In order to grasp the concept of death as it’s understood out side the confines of Abrahamic theology, we need to accept the fact that for the pagan mind, it is not the end of the series of events that play out in one’s life. Death is apart of a cycle that begins with birth and ends with transformation of the conscious mind. The stages of the cycle are continuous just as all cycles found in nature because for all our advancements as a species, we are still a species that adheres to the laws of nature whether we like it or not. You are born, you live, you grow old, you die and you are born again. Now to say we are “born again” is not as simple as it may sound.
While examples of reincarnation are prevalent in Northern European lore, that doesn’t explain away how the dead manifest in other ways. Sometimes the spirits of the dead simply reincarnate as creatures which why I’m inclined to believe animals and birds are often popular symbols for family coat of arms; especially for Celtic families as it was widely believed among many ancient Celtic tribes that they descended from particular animals. In parts of Europe, it’s not unheard of to come across stories of certain families who believe, after someone dies, they may manifest for a short time in dreams or the physical realm as a specific creature such as an owl, a deer or a butterfly and such.
I recall one story from Ireland where a woman came to her priest in a panic. She told the priest that her sister had been stalking her even though her sister had been dead for weeks. The priest was rather concerned by the woman’s claim and wanted to calm her fears through counseling. During their visit, the woman looked up and pointed to the window and told the priest her sister was watching them at that very moment. The priest looked at the window and saw a bee crawling across the glass. The woman was certain that was her sister; the bee had been following her every where she went ever since her sister died.
The idea that we don’t always change into someone else but rather some other living thing is closely tied to the more abstract concept of the afterlife. The popular motif of our soul being a seed that bursts from the body into a tree, a rose bush or a bird that takes flight points us to a very old idea that apart of us, perhaps the primitive aspect of our spirit, is somehow drawn into the natural world to be used to fuel a thriving environment. In theory, you can see this absorption, physically, if you ever watched a carcass being slowly broken down by different bugs and animals as the soil underneath it will literally drawing nutrients from the carcass. One could argue, thanks to modern society and many laws about burial in parts of the United States, we don’t even have the common courtesy to allow our bodies to be given to the land to use in return for all it gave us to sustain us while we were alive and someday, that will have dire consequences.
A good bulk of our lore also rests in the realm of ghosts, fairies and wights. There’s no denying we live in a haunted world. This concept is handed down from the lore in the Old World that tells us the dead can, and often will, take up residence in mountains and hills. From Ireland, Iceland, Germany to the Baltic, there are countless stories of mountains where you can find glorious halls within where heroes or whole families live after death. Sometimes, door ways will open, and a wanderer may be well received by the occupants of these underground places. Grave mounds are probably meant to serve as mini-mountain halls for the dead so one need not have to travel great distances to visit them. This would be very handy for the living, as in Celtic traditions, the underworld was a place that existed parallel to the living world and not some far away plain of paradises. So physical places, such as graves, could create access points for the living and the dead to converse from time to time.
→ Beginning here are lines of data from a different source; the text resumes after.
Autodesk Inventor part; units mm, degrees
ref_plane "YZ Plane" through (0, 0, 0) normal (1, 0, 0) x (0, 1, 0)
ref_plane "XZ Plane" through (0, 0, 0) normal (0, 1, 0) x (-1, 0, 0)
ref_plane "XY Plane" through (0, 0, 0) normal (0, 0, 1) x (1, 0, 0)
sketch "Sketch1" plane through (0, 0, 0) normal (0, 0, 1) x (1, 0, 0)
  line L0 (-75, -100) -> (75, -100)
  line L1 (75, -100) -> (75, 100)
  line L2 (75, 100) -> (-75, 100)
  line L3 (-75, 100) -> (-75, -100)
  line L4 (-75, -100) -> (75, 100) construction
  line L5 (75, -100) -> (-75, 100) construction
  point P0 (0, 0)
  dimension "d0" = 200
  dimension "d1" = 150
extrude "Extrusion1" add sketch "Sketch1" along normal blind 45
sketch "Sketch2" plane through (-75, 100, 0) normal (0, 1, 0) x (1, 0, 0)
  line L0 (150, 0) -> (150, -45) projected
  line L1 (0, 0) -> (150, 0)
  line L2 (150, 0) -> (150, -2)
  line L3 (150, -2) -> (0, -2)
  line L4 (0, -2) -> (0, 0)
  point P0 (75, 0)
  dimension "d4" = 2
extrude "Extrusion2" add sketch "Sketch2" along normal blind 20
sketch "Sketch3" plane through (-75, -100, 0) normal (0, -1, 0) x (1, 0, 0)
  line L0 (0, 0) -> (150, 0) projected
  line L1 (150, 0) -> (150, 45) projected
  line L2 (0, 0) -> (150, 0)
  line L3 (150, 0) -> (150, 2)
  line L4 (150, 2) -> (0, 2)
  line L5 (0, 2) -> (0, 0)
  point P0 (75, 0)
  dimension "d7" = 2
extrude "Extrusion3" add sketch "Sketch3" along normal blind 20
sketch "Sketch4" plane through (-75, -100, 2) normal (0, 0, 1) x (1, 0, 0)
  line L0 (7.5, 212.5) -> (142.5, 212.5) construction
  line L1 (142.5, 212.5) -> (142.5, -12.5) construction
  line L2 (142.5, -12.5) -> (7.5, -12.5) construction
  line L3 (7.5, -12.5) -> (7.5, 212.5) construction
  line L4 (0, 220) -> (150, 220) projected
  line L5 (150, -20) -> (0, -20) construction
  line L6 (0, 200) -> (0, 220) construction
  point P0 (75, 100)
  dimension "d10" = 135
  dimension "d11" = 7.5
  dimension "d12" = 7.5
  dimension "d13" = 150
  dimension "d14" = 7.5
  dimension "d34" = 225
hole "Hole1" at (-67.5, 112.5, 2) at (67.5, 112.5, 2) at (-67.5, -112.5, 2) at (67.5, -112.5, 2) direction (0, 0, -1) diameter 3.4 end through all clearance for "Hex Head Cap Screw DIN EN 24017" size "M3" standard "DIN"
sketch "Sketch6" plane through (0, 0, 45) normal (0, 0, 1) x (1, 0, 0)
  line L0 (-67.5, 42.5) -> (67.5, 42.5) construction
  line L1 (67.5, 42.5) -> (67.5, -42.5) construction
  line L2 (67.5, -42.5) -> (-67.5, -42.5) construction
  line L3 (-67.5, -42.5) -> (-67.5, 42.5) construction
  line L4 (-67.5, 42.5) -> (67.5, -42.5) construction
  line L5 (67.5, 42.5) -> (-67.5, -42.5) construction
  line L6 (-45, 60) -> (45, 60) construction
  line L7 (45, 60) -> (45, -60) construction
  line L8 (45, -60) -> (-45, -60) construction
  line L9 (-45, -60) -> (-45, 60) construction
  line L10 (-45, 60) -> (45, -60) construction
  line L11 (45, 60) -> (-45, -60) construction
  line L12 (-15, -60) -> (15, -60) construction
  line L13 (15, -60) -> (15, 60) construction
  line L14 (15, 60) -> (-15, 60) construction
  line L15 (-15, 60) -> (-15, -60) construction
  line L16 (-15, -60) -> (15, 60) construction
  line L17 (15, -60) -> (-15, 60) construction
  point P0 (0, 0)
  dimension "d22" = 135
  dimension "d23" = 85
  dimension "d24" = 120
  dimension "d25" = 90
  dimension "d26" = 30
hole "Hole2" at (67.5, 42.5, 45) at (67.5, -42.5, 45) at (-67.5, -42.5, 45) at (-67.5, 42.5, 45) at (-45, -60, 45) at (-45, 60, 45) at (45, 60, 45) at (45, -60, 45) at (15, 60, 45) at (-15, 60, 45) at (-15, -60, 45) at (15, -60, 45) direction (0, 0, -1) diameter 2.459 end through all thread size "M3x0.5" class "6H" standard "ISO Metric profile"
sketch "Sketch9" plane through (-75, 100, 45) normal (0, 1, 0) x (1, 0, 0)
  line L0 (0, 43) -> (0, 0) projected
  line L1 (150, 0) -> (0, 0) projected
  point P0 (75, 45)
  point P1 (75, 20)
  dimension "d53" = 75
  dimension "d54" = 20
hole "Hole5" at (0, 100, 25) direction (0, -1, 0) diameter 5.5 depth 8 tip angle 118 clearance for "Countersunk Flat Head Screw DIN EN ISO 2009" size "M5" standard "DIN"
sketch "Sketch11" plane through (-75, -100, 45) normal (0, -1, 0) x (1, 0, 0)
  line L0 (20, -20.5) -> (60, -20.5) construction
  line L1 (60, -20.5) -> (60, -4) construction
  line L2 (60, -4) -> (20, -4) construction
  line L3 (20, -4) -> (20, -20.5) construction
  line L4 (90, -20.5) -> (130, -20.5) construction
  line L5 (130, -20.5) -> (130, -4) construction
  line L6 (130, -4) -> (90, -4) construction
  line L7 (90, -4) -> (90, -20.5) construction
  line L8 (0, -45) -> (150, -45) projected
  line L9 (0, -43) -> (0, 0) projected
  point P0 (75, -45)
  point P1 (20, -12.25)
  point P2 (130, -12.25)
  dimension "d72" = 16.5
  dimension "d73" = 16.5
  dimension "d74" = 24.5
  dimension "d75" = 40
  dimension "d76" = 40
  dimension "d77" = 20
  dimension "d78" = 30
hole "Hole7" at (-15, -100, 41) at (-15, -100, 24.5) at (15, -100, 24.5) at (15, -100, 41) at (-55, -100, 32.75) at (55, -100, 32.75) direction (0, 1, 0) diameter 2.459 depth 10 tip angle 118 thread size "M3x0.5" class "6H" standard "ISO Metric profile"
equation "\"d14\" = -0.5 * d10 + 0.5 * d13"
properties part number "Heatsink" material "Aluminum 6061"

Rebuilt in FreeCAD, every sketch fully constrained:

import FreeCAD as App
import Part
import Sketcher

V = App.Vector

doc = App.newDocument("Part")
body = doc.addObject("PartDesign::Body", "Body")

# Sketch on XY plane
sketch1 = doc.addObject("Sketcher::SketchObject", "Sketch")
body.addObject(sketch1)
sketch1.AttachmentSupport = (doc.XY_Plane, [""])
sketch1.MapMode = "FlatFace"
sketch1.addGeometry([
    Part.LineSegment(V(-75, 100, 0), V(-75, -100, 0)),
    Part.LineSegment(V(-75, -100, 0), V(75, -100, 0)),
    Part.LineSegment(V(75, -100, 0), V(75, 100, 0)),
    Part.LineSegment(V(75, 100, 0), V(-75, 100, 0)),
], False)
sketch1.addConstraint([
    Sketcher.Constraint("Coincident", 0, 2, 1, 1),
    Sketcher.Constraint("Coincident", 1, 2, 2, 1),
    Sketcher.Constraint("Coincident", 2, 2, 3, 1),
    Sketcher.Constraint("Coincident", 3, 2, 0, 1),
    Sketcher.Constraint("Vertical", 0),
    Sketcher.Constraint("Horizontal", 1),
    Sketcher.Constraint("Vertical", 2),
    Sketcher.Constraint("Horizontal", 3),
    Sketcher.Constraint("Symmetric", 0, 2, 2, 2, -1, 1),
    Sketcher.Constraint("DistanceX", 1, 1, 1, 2, 150.0),
    Sketcher.Constraint("DistanceY", 0, 2, 0, 1, 200.0),
])
pad1 = doc.addObject("PartDesign::Pad", "Pad")
body.addObject(pad1)
pad1.Profile = sketch1
pad1.Length = 45

# Sketch on XZ plane
sketch2 = doc.addObject("Sketcher::SketchObject", "Sketch001")
body.addObject(sketch2)
sketch2.AttachmentSupport = (doc.XZ_Plane, [""])
sketch2.MapMode = "FlatFace"
sketch2.AttachmentOffset = App.Placement(V(0, 0, -100), App.Rotation())
sketch2.addGeometry([
    Part.LineSegment(V(75, 2, 0), V(75, 0, 0)),
    Part.LineSegment(V(75, 0, 0), V(-75, 0, 0)),
    Part.LineSegment(V(-75, 0, 0), V(-75, 2, 0)),
    Part.LineSegment(V(-75, 2, 0), V(75, 2, 0)),
], False)
sketch2.addConstraint([
    Sketcher.Constraint("Coincident", 0, 2, 1, 1),
    Sketcher.Constraint("Coincident", 1, 2, 2, 1),
    Sketcher.Constraint("Coincident", 2, 2, 3, 1),
    Sketcher.Constraint("Coincident", 3, 2, 0, 1),
    Sketcher.Constraint("Vertical", 0),
    Sketcher.Constraint("Horizontal", 1),
    Sketcher.Constraint("Vertical", 2),
    Sketcher.Constraint("Horizontal", 3),
    Sketcher.Constraint("Symmetric", 0, 2, 1, 2, -1, 1),
    Sketcher.Constraint("DistanceY", 0, 2, 0, 1, 2.0),
    Sketcher.Constraint("DistanceX", 1, 2, 1, 1, 150.0),
])
pad2 = doc.addObject("PartDesign::Pad", "Pad001")
body.addObject(pad2)
pad2.Profile = sketch2
pad2.Length = 20
pad2.Reversed = True

# Sketch on XZ plane
sketch3 = doc.addObject("Sketcher::SketchObject", "Sketch002")
body.addObject(sketch3)
sketch3.AttachmentSupport = (doc.XZ_Plane, [""])
sketch3.MapMode = "FlatFace"
sketch3.AttachmentOffset = App.Placement(V(0, 0, 100), App.Rotation())
sketch3.addGeometry([
    Part.LineSegment(V(-75, 2, 0), V(-75, 0, 0)),
    Part.LineSegment(V(-75, 0, 0), V(75, 0, 0)),
    Part.LineSegment(V(75, 0, 0), V(75, 2, 0)),
    Part.LineSegment(V(75, 2, 0), V(-75, 2, 0)),
], False)
sketch3.addConstraint([
    Sketcher.Constraint("Coincident", 0, 2, 1, 1),
    Sketcher.Constraint("Coincident", 1, 2, 2, 1),
    Sketcher.Constraint("Coincident", 2, 2, 3, 1),
    Sketcher.Constraint("Coincident", 3, 2, 0, 1),
    Sketcher.Constraint("Vertical", 0),
    Sketcher.Constraint("Horizontal", 1),
    Sketcher.Constraint("Vertical", 2),
    Sketcher.Constraint("Horizontal", 3),
    Sketcher.Constraint("Symmetric", 0, 2, 1, 2, -1, 1),
    Sketcher.Constraint("DistanceY", 0, 2, 0, 1, 2.0),
    Sketcher.Constraint("DistanceX", 1, 1, 1, 2, 150.0),
])
pad3 = doc.addObject("PartDesign::Pad", "Pad002")
body.addObject(pad3)
pad3.Profile = sketch3
pad3.Length = 20

# Sketch on XY plane
sketch4 = doc.addObject("Sketcher::SketchObject", "Sketch003")
body.addObject(sketch4)
sketch4.AttachmentSupport = (doc.XY_Plane, [""])
sketch4.MapMode = "FlatFace"
sketch4.AttachmentOffset = App.Placement(V(0, 0, 2), App.Rotation())
sketch4.addGeometry([
    Part.Circle(V(-67.5, 112.5, 0), V(0, 0, 1), 1.7),
    Part.Circle(V(67.5, 112.5, 0), V(0, 0, 1), 1.7),
    Part.Circle(V(-67.5, -112.5, 0), V(0, 0, 1), 1.7),
    Part.Circle(V(67.5, -112.5, 0), V(0, 0, 1), 1.7),
], False)
sketch4.addConstraint([
    Sketcher.Constraint("Equal", 0, 1),
    Sketcher.Constraint("Equal", 1, 2),
    Sketcher.Constraint("Equal", 2, 3),
    Sketcher.Constraint("Symmetric", 1, 3, 2, 3, -1, 1),
    Sketcher.Constraint("Symmetric", 0, 3, 3, 3, -1, 1),
    Sketcher.Constraint("Symmetric", 0, 3, 1, 3, -2),
    Sketcher.Constraint("Diameter", 0, 3.4),
    Sketcher.Constraint("DistanceX", 0, 3, 1, 3, 135.0),
    Sketcher.Constraint("DistanceY", 2, 3, 0, 3, 225.0),
])
doc.recompute()
hole = doc.addObject("PartDesign::Hole", "Hole")
body.addObject(hole)
hole.Profile = sketch4
hole.ThreadType = "None"
hole.Diameter = 3.4
hole.DepthType = "ThroughAll"

# Sketch on XY plane
sketch5 = doc.addObject("Sketcher::SketchObject", "Sketch004")
body.addObject(sketch5)
sketch5.AttachmentSupport = (doc.XY_Plane, [""])
sketch5.MapMode = "FlatFace"
sketch5.AttachmentOffset = App.Placement(V(0, 0, 45), App.Rotation())
sketch5.addGeometry([
    Part.Circle(V(67.5, 42.5, 0), V(0, 0, 1), 1.2),  # 0
    Part.Circle(V(67.5, -42.5, 0), V(0, 0, 1), 1.2),  # 1
    Part.Circle(V(-67.5, -42.5, 0), V(0, 0, 1), 1.2),  # 2
    Part.Circle(V(-67.5, 42.5, 0), V(0, 0, 1), 1.2),  # 3
    Part.Circle(V(-45, -60, 0), V(0, 0, 1), 1.2),  # 4
    Part.Circle(V(-45, 60, 0), V(0, 0, 1), 1.2),  # 5
    Part.Circle(V(45, 60, 0), V(0, 0, 1), 1.2),  # 6
    Part.Circle(V(45, -60, 0), V(0, 0, 1), 1.2),  # 7
    Part.Circle(V(15, 60, 0), V(0, 0, 1), 1.2),  # 8
    Part.Circle(V(-15, 60, 0), V(0, 0, 1), 1.2),  # 9
    Part.Circle(V(-15, -60, 0), V(0, 0, 1), 1.2),  # 10
    Part.Circle(V(15, -60, 0), V(0, 0, 1), 1.2),  # 11
], False)
sketch5.addConstraint([
    Sketcher.Constraint("Equal", 0, 1),
    Sketcher.Constraint("Equal", 1, 2),
    Sketcher.Constraint("Equal", 2, 3),
    Sketcher.Constraint("Equal", 3, 4),
    Sketcher.Constraint("Equal", 4, 5),
    Sketcher.Constraint("Equal", 5, 6),
    Sketcher.Constraint("Equal", 6, 7),
    Sketcher.Constraint("Equal", 7, 8),
    Sketcher.Constraint("Equal", 8, 9),
    Sketcher.Constraint("Equal", 9, 10),
    Sketcher.Constraint("Equal", 10, 11),
    Sketcher.Constraint("Symmetric", 0, 3, 2, 3, -1, 1),
    Sketcher.Constraint("Symmetric", 1, 3, 3, 3, -1, 1),
    Sketcher.Constraint("Symmetric", 4, 3, 6, 3, -1, 1),
    Sketcher.Constraint("Symmetric", 5, 3, 7, 3, -1, 1),
    Sketcher.Constraint("Symmetric", 8, 3, 10, 3, -1, 1),
    Sketcher.Constraint("Symmetric", 9, 3, 11, 3, -1, 1),
    Sketcher.Constraint("Symmetric", 1, 3, 2, 3, -2),
    Sketcher.Constraint("Symmetric", 5, 3, 6, 3, -2),
    Sketcher.Constraint("Symmetric", 8, 3, 9, 3, -2),
    Sketcher.Constraint("Horizontal", 6, 3, 8, 3),
    Sketcher.Constraint("Diameter", 0, 2.459),
    Sketcher.Constraint("DistanceX", 4, 3, -1, 1, 45.0),
    Sketcher.Constraint("DistanceY", 4, 3, -1, 1, 60.0),
    Sketcher.Constraint("DistanceX", -1, 1, 8, 3, 15.0),
    Sketcher.Constraint("DistanceY", 1, 3, 0, 3, 85.0),
    Sketcher.Constraint("DistanceX", 2, 3, 1, 3, 135.0),
])
doc.recompute()
hole2 = doc.addObject("PartDesign::Hole", "Hole001")
body.addObject(hole2)
hole2.Profile = sketch5
hole2.ThreadType = "None"
hole2.Diameter = 2.459
hole2.DepthType = "ThroughAll"
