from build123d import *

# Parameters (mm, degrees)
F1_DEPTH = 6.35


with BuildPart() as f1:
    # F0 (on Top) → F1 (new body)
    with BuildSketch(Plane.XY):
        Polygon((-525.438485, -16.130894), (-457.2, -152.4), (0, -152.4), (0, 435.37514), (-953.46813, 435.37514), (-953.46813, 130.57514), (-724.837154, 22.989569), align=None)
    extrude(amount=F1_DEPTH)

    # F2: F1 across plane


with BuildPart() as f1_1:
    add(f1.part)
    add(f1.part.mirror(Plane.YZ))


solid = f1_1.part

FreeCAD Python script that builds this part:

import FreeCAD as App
import Part
import Sketcher

V = App.Vector
Q = App.Units.Quantity


def add_polygon(sketch, points):
    """Adds a closed chain of lines whose ends are joined by coincident constraints."""
    first, n = sketch.GeometryCount, len(points)
    for a, b in zip(points, points[1:] + points[:1]):
        sketch.addGeometry(Part.LineSegment(App.Vector(*a, 0), App.Vector(*b, 0)), False)
    for i in range(n):
        sketch.addConstraint(Sketcher.Constraint("Coincident", first + i, 2, first + (i + 1) % n, 1))

doc = App.newDocument("Part")
params = doc.addObject("Spreadsheet::Sheet", "Params")
for row, (alias, value) in enumerate([
    ("sketch1_width", "18 in"),
    ("sketch1_height", "12 in"),
    ("sketch1_length", "6 in"),
    ("sketch1_length2", "8 in"),
    ("sketch1_length3", "9.948 in"),
    ("pad1_length", "0.25 in"),
], start=1):
    params.set(f"A{row}", alias)
    params.set(f"B{row}", "=" + value)
    params.setAlias(f"B{row}", alias)

body = doc.addObject("PartDesign::Body", "Body")

# Sketch on XY plane
sketch1 = doc.addObject("Sketcher::SketchObject", "Sketch")
body.addObject(sketch1)
sketch1.AttachmentSupport = (doc.XY_Plane, [""])
sketch1.MapMode = "FlatFace"
add_polygon(sketch1, [(-525, -16), (-457, -152), (0, -152), (0, 435), (-953, 435), (-953, 131), (-725, 23)])  # lines 0-6
sketch1.addConstraint([
    Sketcher.Constraint("Horizontal", 1),
    Sketcher.Constraint("Vertical", 2),
    Sketcher.Constraint("Horizontal", 3),
    Sketcher.Constraint("Vertical", 4),
    Sketcher.Constraint("PointOnObject", 1, 2, -2),
    Sketcher.Constraint("DistanceX", 1, 1, 1, 2, Q("18 in")),
    Sketcher.Constraint("DistanceY", 4, 2, 4, 1, Q("12 in")),
    Sketcher.Constraint("Distance", 0, Q("6 in")),
    Sketcher.Constraint("Distance", 6, Q("8 in")),
    Sketcher.Constraint("DistanceY", 0, 2, -1, 1, Q("6 in")),
    Sketcher.Constraint("Angle", 0, Q("-63.4 deg")),
    Sketcher.Constraint("Angle", 5, Q("-25.2 deg")),
    Sketcher.Constraint("Angle", 6, Q("-11.1 deg")),
    Sketcher.Constraint("Distance", 5, Q("9.948 in")),
])
sketch1.setExpression("Constraints[12]", "Params.sketch1_width")
sketch1.setExpression("Constraints[13]", "Params.sketch1_height")
sketch1.setExpression("Constraints[14]", "Params.sketch1_length")
sketch1.setExpression("Constraints[15]", "Params.sketch1_length2")
sketch1.setExpression("Constraints[20]", "Params.sketch1_length3")
pad1 = doc.addObject("PartDesign::Pad", "Pad")
body.addObject(pad1)
pad1.Profile = sketch1
pad1.setExpression("Length", "Params.pad1_length")
body2 = doc.addObject("PartDesign::Body", "Body001")
doc.recompute()

body2.BaseFeature = body
doc.recompute()

mirroring = doc.addObject("Part::Mirroring", "Mirroring")
mirroring.Source = body
mirroring.Base = V(0, 0, 0)
mirroring.Normal = V(1, 0, 0)
body3 = doc.addObject("PartDesign::Body", "Body002")
body3.BaseFeature = mirroring
boolean = doc.addObject("PartDesign::Boolean", "Boolean")
body2.addObject(boolean)
boolean.Type = "Fuse"
boolean.addObjects([body3])
doc.recompute()
mirroring.Visibility = False

doc.recompute()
These mountain/mound dwelling wights and fairies may venture out at certain times through out the night, but many are most adventurous during the later part of the year. The most noted time where the dead and other spirits move freely is during Samhain (October 31-November 1). In pop culture, it’s expressed that this is the “one time of the year,” when the dead walk. The reality is that the winter months appear to be just as active. After all, the most common spectacle to be seen would be the Winter Wild Hunt. This is a great spirit hunt that’s often hosted by supreme divine figures such as the God Odin or Goddess Hulda and the host is usually made up of spirits who join the hunt for various reasons. The hunts are not limited to the supreme divine though; figures like Sigurd the Great Dragon Slayer are said to host their own hunts.
The lore surrounding death is pretty diverse and filled with stories that you could fill my house to the ceiling with. If there is any truth at all to the over whelming volume of stories about reincarnation, ghosts and wild spirits who retained some of their memory from their mortal lives than it appears our consciousness tends to imprint itself onto the energy that fuels us on a daily basis and certain parts of who we are in life carry on after death.
To understand the transformation from a physical person to spirit, we need to understand the nature of energy. According to science, we know that energy can never be destroyed. It simply disperses, changes form or transfers into other cycles which is echoed in traditions found in Germanic paganism, for example. It is there that we find a belief of a soul complex that disperses into separate parts. Apart of your conscious absorbs into the elements. Another part may transcend to the next plain over while another is absorbed into the cycle of life to return in physical form. This is why when someone asks me what is the meaning of life? I simply reply: “Live like you’re never leaving this planet because you probably aren’t.” Don’t be so quick to taint the waters today, you may live in tomorrow.